On Saturday (my mom’s birthday!) we packed up and went down to the ferry terminal early because we hadn’t booked a return trip home. We figured we didn’t want to tie ourselves down to a specific time and thought returning standby would work fine.
Turns out one of the earlier ferries had been cancelled, and so now there was NO standby room because all of the earlier reservations were being put on the subsequent ferries. We lined up in the very last lot of cars for people without reservations not knowing if we would even get back that day. After parking, waiting, and figuring out we would be there for hours, we wandered to the farmer’s market, where we promptly lost Ammon.
Abe was tired and I turned around for maybe a minute to examine some cream that supposedly took away aches and pains, and when I looked back to where Ammon was supposed to be, he was gone.

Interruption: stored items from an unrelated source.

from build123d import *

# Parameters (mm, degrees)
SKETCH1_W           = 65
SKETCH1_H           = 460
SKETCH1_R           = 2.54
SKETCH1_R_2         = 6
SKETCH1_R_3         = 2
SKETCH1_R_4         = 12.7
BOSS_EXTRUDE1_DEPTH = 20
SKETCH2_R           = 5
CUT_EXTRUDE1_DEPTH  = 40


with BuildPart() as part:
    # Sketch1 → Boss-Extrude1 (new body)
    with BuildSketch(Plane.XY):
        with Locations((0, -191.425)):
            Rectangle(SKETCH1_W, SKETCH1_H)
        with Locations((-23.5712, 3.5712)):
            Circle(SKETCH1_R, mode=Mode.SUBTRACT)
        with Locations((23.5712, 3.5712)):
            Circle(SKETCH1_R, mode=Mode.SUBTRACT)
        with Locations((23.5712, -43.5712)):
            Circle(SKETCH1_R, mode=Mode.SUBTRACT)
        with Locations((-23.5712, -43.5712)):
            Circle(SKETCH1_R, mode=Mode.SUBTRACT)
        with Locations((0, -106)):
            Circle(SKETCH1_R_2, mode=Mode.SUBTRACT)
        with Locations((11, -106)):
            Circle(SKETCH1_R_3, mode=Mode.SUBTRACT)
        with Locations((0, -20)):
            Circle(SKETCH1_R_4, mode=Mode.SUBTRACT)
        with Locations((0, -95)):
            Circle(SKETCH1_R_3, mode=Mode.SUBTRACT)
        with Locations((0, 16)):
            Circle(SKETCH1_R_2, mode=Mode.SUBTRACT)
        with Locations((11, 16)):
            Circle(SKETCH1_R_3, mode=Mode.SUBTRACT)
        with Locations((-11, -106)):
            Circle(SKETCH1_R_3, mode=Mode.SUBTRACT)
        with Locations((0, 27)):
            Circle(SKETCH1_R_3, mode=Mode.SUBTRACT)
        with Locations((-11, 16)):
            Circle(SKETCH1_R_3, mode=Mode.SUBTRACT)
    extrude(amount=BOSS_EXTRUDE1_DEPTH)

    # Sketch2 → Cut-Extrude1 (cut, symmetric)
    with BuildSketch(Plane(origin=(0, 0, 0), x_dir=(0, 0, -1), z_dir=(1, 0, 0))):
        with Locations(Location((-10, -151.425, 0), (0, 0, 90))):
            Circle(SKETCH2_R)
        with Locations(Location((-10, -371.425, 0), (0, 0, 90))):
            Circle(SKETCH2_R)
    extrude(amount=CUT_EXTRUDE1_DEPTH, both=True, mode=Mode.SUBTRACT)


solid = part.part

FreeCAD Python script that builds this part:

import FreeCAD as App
import Part
import Sketcher
Q = App.Units.Quantity


def add_polygon(sketch, points):
    """Adds a closed chain of lines whose ends are joined by coincident constraints."""
    first, n = sketch.GeometryCount, len(points)
    for a, b in zip(points, points[1:] + points[:1]):
        sketch.addGeometry(Part.LineSegment(App.Vector(*a, 0), App.Vector(*b, 0)), False)
    for i in range(n):
        sketch.addConstraint(Sketcher.Constraint("Coincident", first + i, 2, first + (i + 1) % n, 1))

doc = App.newDocument("Part")
body = doc.addObject("PartDesign::Body", "Body")

# Sketch on XY plane
sketch1 = doc.addObject("Sketcher::SketchObject", "Sketch")
body.addObject(sketch1)
sketch1.AttachmentSupport = (doc.XY_Plane, [""])
sketch1.MapMode = "FlatFace"
add_polygon(sketch1, [(-32.5, 38.6), (-32.5, -421.4), (32.5, -421.4), (32.5, 38.6)])  # lines 0-3
sketch1.addGeometry(Part.Circle(App.Vector(-11, -106, 0), App.Vector(0, 0, 1), 2), False)  # 4
sketch1.addGeometry(Part.Circle(App.Vector(0, -106, 0), App.Vector(0, 0, 1), 6), False)  # 5
sketch1.addGeometry(Part.Circle(App.Vector(0, -95, 0), App.Vector(0, 0, 1), 2), False)  # 6
sketch1.addGeometry(Part.Circle(App.Vector(-23.6, -43.6, 0), App.Vector(0, 0, 1), 2.5), False)  # 7
sketch1.addGeometry(Part.Circle(App.Vector(11, -106, 0), App.Vector(0, 0, 1), 2), False)  # 8
sketch1.addGeometry(Part.Circle(App.Vector(23.6, -43.6, 0), App.Vector(0, 0, 1), 2.5), False)  # 9
sketch1.addGeometry(Part.Circle(App.Vector(0, -20, 0), App.Vector(0, 0, 1), 12.7), False)  # 10
sketch1.addGeometry(Part.Circle(App.Vector(-23.6, 3.6, 0), App.Vector(0, 0, 1), 2.5), False)  # 11
sketch1.addGeometry(Part.Circle(App.Vector(-11, 16, 0), App.Vector(0, 0, 1), 2), False)  # 12
sketch1.addGeometry(Part.Circle(App.Vector(0, 16, 0), App.Vector(0, 0, 1), 6), False)  # 13
sketch1.addGeometry(Part.Circle(App.Vector(0, 27, 0), App.Vector(0, 0, 1), 2), False)  # 14
sketch1.addGeometry(Part.Circle(App.Vector(11, 16, 0), App.Vector(0, 0, 1), 2), False)  # 15
sketch1.addGeometry(Part.Circle(App.Vector(23.6, 3.6, 0), App.Vector(0, 0, 1), 2.5), False)  # 16
sketch1.addConstraint(Sketcher.Constraint("Vertical", 0))
sketch1.addConstraint(Sketcher.Constraint("Horizontal", 1))
sketch1.addConstraint(Sketcher.Constraint("Vertical", 2))
sketch1.addConstraint(Sketcher.Constraint("Horizontal", 3))
sketch1.addConstraint(Sketcher.Constraint("Equal", 4, 6))
sketch1.addConstraint(Sketcher.Constraint("Equal", 6, 8))
sketch1.addConstraint(Sketcher.Constraint("Equal", 7, 9))
sketch1.addConstraint(Sketcher.Constraint("Equal", 9, 11))
sketch1.addConstraint(Sketcher.Constraint("Equal", 8, 12))
sketch1.addConstraint(Sketcher.Constraint("Equal", 5, 13))
sketch1.addConstraint(Sketcher.Constraint("Equal", 12, 14))
sketch1.addConstraint(Sketcher.Constraint("Equal", 14, 15))
sketch1.addConstraint(Sketcher.Constraint("Equal", 11, 16))
sketch1.addConstraint(Sketcher.Constraint("Symmetric", 4, 3, 8, 3, -2))
sketch1.addConstraint(Sketcher.Constraint("Symmetric", 7, 3, 9, 3, -2))
sketch1.addConstraint(Sketcher.Constraint("Symmetric", 12, 3, 15, 3, -2))
sketch1.addConstraint(Sketcher.Constraint("Symmetric", 11, 3, 16, 3, -2))
sketch1.addConstraint(Sketcher.Constraint("PointOnObject", 5, 3, -2))
sketch1.addConstraint(Sketcher.Constraint("PointOnObject", 6, 3, -2))
sketch1.addConstraint(Sketcher.Constraint("PointOnObject", 10, 3, -2))
sketch1.addConstraint(Sketcher.Constraint("PointOnObject", 13, 3, -2))
sketch1.addConstraint(Sketcher.Constraint("PointOnObject", 14, 3, -2))
sketch1.addConstraint(Sketcher.Constraint("Horizontal", 4, 3, 5, 3))
sketch1.addConstraint(Sketcher.Constraint("Horizontal", 12, 3, 13, 3))
sketch1.addConstraint(Sketcher.Constraint("Vertical", 7, 3, 11, 3))
sketch1.addConstraint(Sketcher.Constraint("Vertical", 4, 3, 12, 3))
sketch1.addConstraint(Sketcher.Constraint("Diameter", 4, Q("4 mm")))
sketch1.addConstraint(Sketcher.Constraint("Diameter", 5, Q("12 mm")))
sketch1.addConstraint(Sketcher.Constraint("Diameter", 10, Q("25.4 mm")))
sketch1.addConstraint(Sketcher.Constraint("Diameter", 7, Q("5.08 mm")))
sketch1.addConstraint(Sketcher.Constraint("DistanceX", 1, 1, 1, 2, Q("65 mm")))
sketch1.addConstraint(Sketcher.Constraint("DistanceY", 0, 2, 0, 1, Q("460 mm")))
sketch1.addConstraint(Sketcher.Constraint("DistanceX", 4, 3, -1, 1, Q("11 mm")))
sketch1.addConstraint(Sketcher.Constraint("DistanceY", 4, 3, -1, 1, Q("106 mm")))
sketch1.addConstraint(Sketcher.Constraint("DistanceY", 6, 3, -1, 1, Q("95 mm")))
sketch1.addConstraint(Sketcher.Constraint("DistanceY", 10, 3, -1, 1, Q("20 mm")))
sketch1.addConstraint(Sketcher.Constraint("DistanceY", -1, 1, 12, 3, Q("16 mm")))
sketch1.addConstraint(Sketcher.Constraint("DistanceY", -1, 1, 14, 3, Q("27 mm")))
sketch1.addConstraint(Sketcher.Constraint("DistanceX", 0, 2, -1, 1, Q("32.5 mm")))
sketch1.addConstraint(Sketcher.Constraint("DistanceY", 0, 2, -1, 1, Q("421.425 mm")))
sketch1.addConstraint(Sketcher.Constraint("DistanceX", 7, 3, -1, 1, Q("23.5712 mm")))
sketch1.addConstraint(Sketcher.Constraint("DistanceY", 7, 3, -1, 1, Q("43.5712 mm")))
sketch1.addConstraint(Sketcher.Constraint("DistanceY", -1, 1, 11, 3, Q("3.5712 mm")))
pad1 = doc.addObject("PartDesign::Pad", "Pad")
body.addObject(pad1)
pad1.Profile = sketch1
pad1.Length = 20

# Sketch on YZ plane
sketch2 = doc.addObject("Sketcher::SketchObject", "Sketch001")
body.addObject(sketch2)
sketch2.AttachmentSupport = (doc.YZ_Plane, [""])
sketch2.MapMode = "FlatFace"
sketch2.addGeometry(Part.Circle(App.Vector(-151, 10, 0), App.Vector(0, 0, 1), 5), False)
sketch2.addGeometry(Part.Circle(App.Vector(-371, 10, 0), App.Vector(0, 0, 1), 5), False)
sketch2.addConstraint(Sketcher.Constraint("Equal", 0, 1))
sketch2.addConstraint(Sketcher.Constraint("Horizontal", 0, 3, 1, 3))
sketch2.addConstraint(Sketcher.Constraint("Diameter", 0, Q("10 mm")))
sketch2.addConstraint(Sketcher.Constraint("DistanceY", -1, 1, 0, 3, Q("10 mm")))
sketch2.addConstraint(Sketcher.Constraint("DistanceX", 1, 3, 0, 3, Q("220 mm")))
sketch2.addConstraint(Sketcher.Constraint("DistanceX", 0, 3, -1, 1, Q("151.425 mm")))
pocket1 = doc.addObject("PartDesign::Pocket", "Pocket")
body.addObject(pocket1)
pocket1.Profile = sketch2
pocket1.Length = 80
pocket1.Midplane = True

doc.recompute()
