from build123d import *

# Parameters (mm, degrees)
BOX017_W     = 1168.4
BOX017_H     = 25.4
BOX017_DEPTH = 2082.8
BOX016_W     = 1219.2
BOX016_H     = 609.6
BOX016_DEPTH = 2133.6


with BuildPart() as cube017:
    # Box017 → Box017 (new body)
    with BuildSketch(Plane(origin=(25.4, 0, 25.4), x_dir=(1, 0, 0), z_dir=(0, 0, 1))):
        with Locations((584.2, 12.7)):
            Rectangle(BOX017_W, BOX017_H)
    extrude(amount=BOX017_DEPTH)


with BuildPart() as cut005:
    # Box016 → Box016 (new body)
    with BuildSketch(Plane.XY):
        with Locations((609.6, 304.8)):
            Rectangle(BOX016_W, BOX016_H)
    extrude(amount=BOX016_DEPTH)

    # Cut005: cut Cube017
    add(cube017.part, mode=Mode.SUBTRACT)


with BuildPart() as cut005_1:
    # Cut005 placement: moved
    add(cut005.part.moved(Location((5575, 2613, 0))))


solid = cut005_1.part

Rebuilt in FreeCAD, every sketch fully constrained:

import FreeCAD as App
import Part
import Sketcher
Q = App.Units.Quantity

doc = App.newDocument("Part")
body = doc.addObject("PartDesign::Body", "Body")

# Sketch on XY plane
sketch1 = body.newObject("Sketcher::SketchObject", "Sketch")
sketch1.AttachmentSupport = (doc.getObject("XY_Plane"), [""])
sketch1.MapMode = "FlatFace"
sketch1.AttachmentOffset = App.Placement(App.Vector(0, 0, 1 * 25.4), App.Rotation())
sketch1.addGeometry([
    Part.LineSegment(App.Vector(25, 25, 0), App.Vector(25, 0, 0)),
    Part.LineSegment(App.Vector(25, 0, 0), App.Vector(1194, 0, 0)),
    Part.LineSegment(App.Vector(1194, 0, 0), App.Vector(1194, 25, 0)),
    Part.LineSegment(App.Vector(1194, 25, 0), App.Vector(25, 25, 0)),
], False)
sketch1.addConstraint([
    Sketcher.Constraint("Coincident", 0, 2, 1, 1),
    Sketcher.Constraint("Coincident", 1, 2, 2, 1),
    Sketcher.Constraint("Coincident", 2, 2, 3, 1),
    Sketcher.Constraint("Coincident", 3, 2, 0, 1),
    Sketcher.Constraint("Vertical", 0),
    Sketcher.Constraint("Horizontal", 1),
    Sketcher.Constraint("Vertical", 2),
    Sketcher.Constraint("Horizontal", 3),
    Sketcher.Constraint("PointOnObject", 0, 2, -1),
    Sketcher.Constraint("DistanceX", 1, 1, 1, 2, Q("46 in")),
    Sketcher.Constraint("DistanceY", 0, 2, 0, 1, Q("1 in")),
    Sketcher.Constraint("DistanceX", -1, 1, 0, 2, Q("1 in")),
])
pad1 = body.newObject("PartDesign::Pad", "Pad")
pad1.Profile = sketch1
pad1.Length = Q("82 in")
body2 = doc.addObject("PartDesign::Body", "Body001")

# Sketch on XY plane
sketch2 = body2.newObject("Sketcher::SketchObject", "Sketch001")
sketch2.AttachmentSupport = (doc.getObject("XY_Plane001"), [""])
sketch2.MapMode = "FlatFace"
sketch2.addGeometry([
    Part.LineSegment(App.Vector(0, 610, 0), App.Vector(0, 0, 0)),
    Part.LineSegment(App.Vector(0, 0, 0), App.Vector(1219, 0, 0)),
    Part.LineSegment(App.Vector(1219, 0, 0), App.Vector(1219, 610, 0)),
    Part.LineSegment(App.Vector(1219, 610, 0), App.Vector(0, 610, 0)),
], False)
sketch2.addConstraint([
    Sketcher.Constraint("Coincident", 0, 2, 1, 1),
    Sketcher.Constraint("Coincident", 1, 2, 2, 1),
    Sketcher.Constraint("Coincident", 2, 2, 3, 1),
    Sketcher.Constraint("Coincident", 3, 2, 0, 1),
    Sketcher.Constraint("Vertical", 0),
    Sketcher.Constraint("Horizontal", 1),
    Sketcher.Constraint("Vertical", 2),
    Sketcher.Constraint("Horizontal", 3),
    Sketcher.Constraint("Coincident", 0, 2, -1, 1),
    Sketcher.Constraint("DistanceX", 1, 1, 1, 2, Q("48 in")),
    Sketcher.Constraint("DistanceY", 0, 2, 0, 1, Q("24 in")),
])
pad2 = body2.newObject("PartDesign::Pad", "Pad001")
pad2.Profile = sketch2
pad2.Length = Q("84 in")
doc.recompute()

boolean = body2.newObject("PartDesign::Boolean", "Boolean")
boolean.Type = "Cut"
boolean.addObjects([body])
body3 = doc.addObject("PartDesign::Body", "Body002")
doc.recompute()

body2.Placement = App.Placement(App.Vector(5575, 2613, 0), App.Rotation(App.Vector(0, 0, 1), 0))
boolean2 = body3.newObject("PartDesign::Boolean", "Boolean001")
boolean2.Type = "Fuse"
boolean2.addObjects([body2])

doc.recompute()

Now, Ammon is frequently gone so at first we didn’t worry. But after running around the very small market and not seeing him, I started to panic. A lot of people started looking with me, and within five minutes Abe found Ammon literally running around the market. We must have kept missing him because he was running. I don’t know how.
Anyway, after that scare I didn’t take my eyes off of him for a minute. We walked around and then decided to drop him and Clarissa off in this fabulous little drop-in child care center on main street. Then we took the older kids to lunch. It was INCREDIBLE to eat lunch and ice cream with just Mary and Lydia! We weren’t stressed they would run away or start screaming at some random thing. I couldn’t believe how easy everything was. And then I started the mental math to how long we have until Ammon and Clarissa are easy travelers. If they had personalities like Mary and Lydia, we’ll be free and easy in three or four years. Since they are both far more energetic than Lydia or Mary ever were, maybe it’s more like five or six years? Sob.
After lunch, we headed picked up the babies and fed them our leftovers. I started feeling really sick an hour or so later and started having diarrhea, which is NOT fun when you are stuck in a hot parking lot waiting until who-knows-when to board a ferry. I kept making emergency dashes to the public restroom two blocks away, and finally in the evening when we thought we weren’t going to make it back that day, Abe was my hero and checked me into a motel six blocks away so I could go lie down, throw up, and use the bathroom as much as I needed to. I walked the six blocks and almost made it to the room without throwing up, but didn’t quite make it. It was HEAVEN to lie down right next to a bathroom. I had a mystery novel that I read when I didn’t feel like I was about to die.
Abe took care of the kids for HOURS on end this day. He entertained them in a small little park across from the ferry parking lot. I don’t know how he did it, but he did it with a kind, upbeat attitude and a smile on his face.
After an hour, Abe found out they were actually scheduling a special ferry just for all of the people who had waited all day. So after a couple hours of recovery, I walked back to the car before we boarded the at 10:30pm. Everyone stayed in the car and slept the entire ferry ride over, and we didn’t make it to my friend Julie’s house in Puyallup until 3am. Julie as an ANGEL and was so sweet and welcoming when we pulled into her drive at that obscene hour.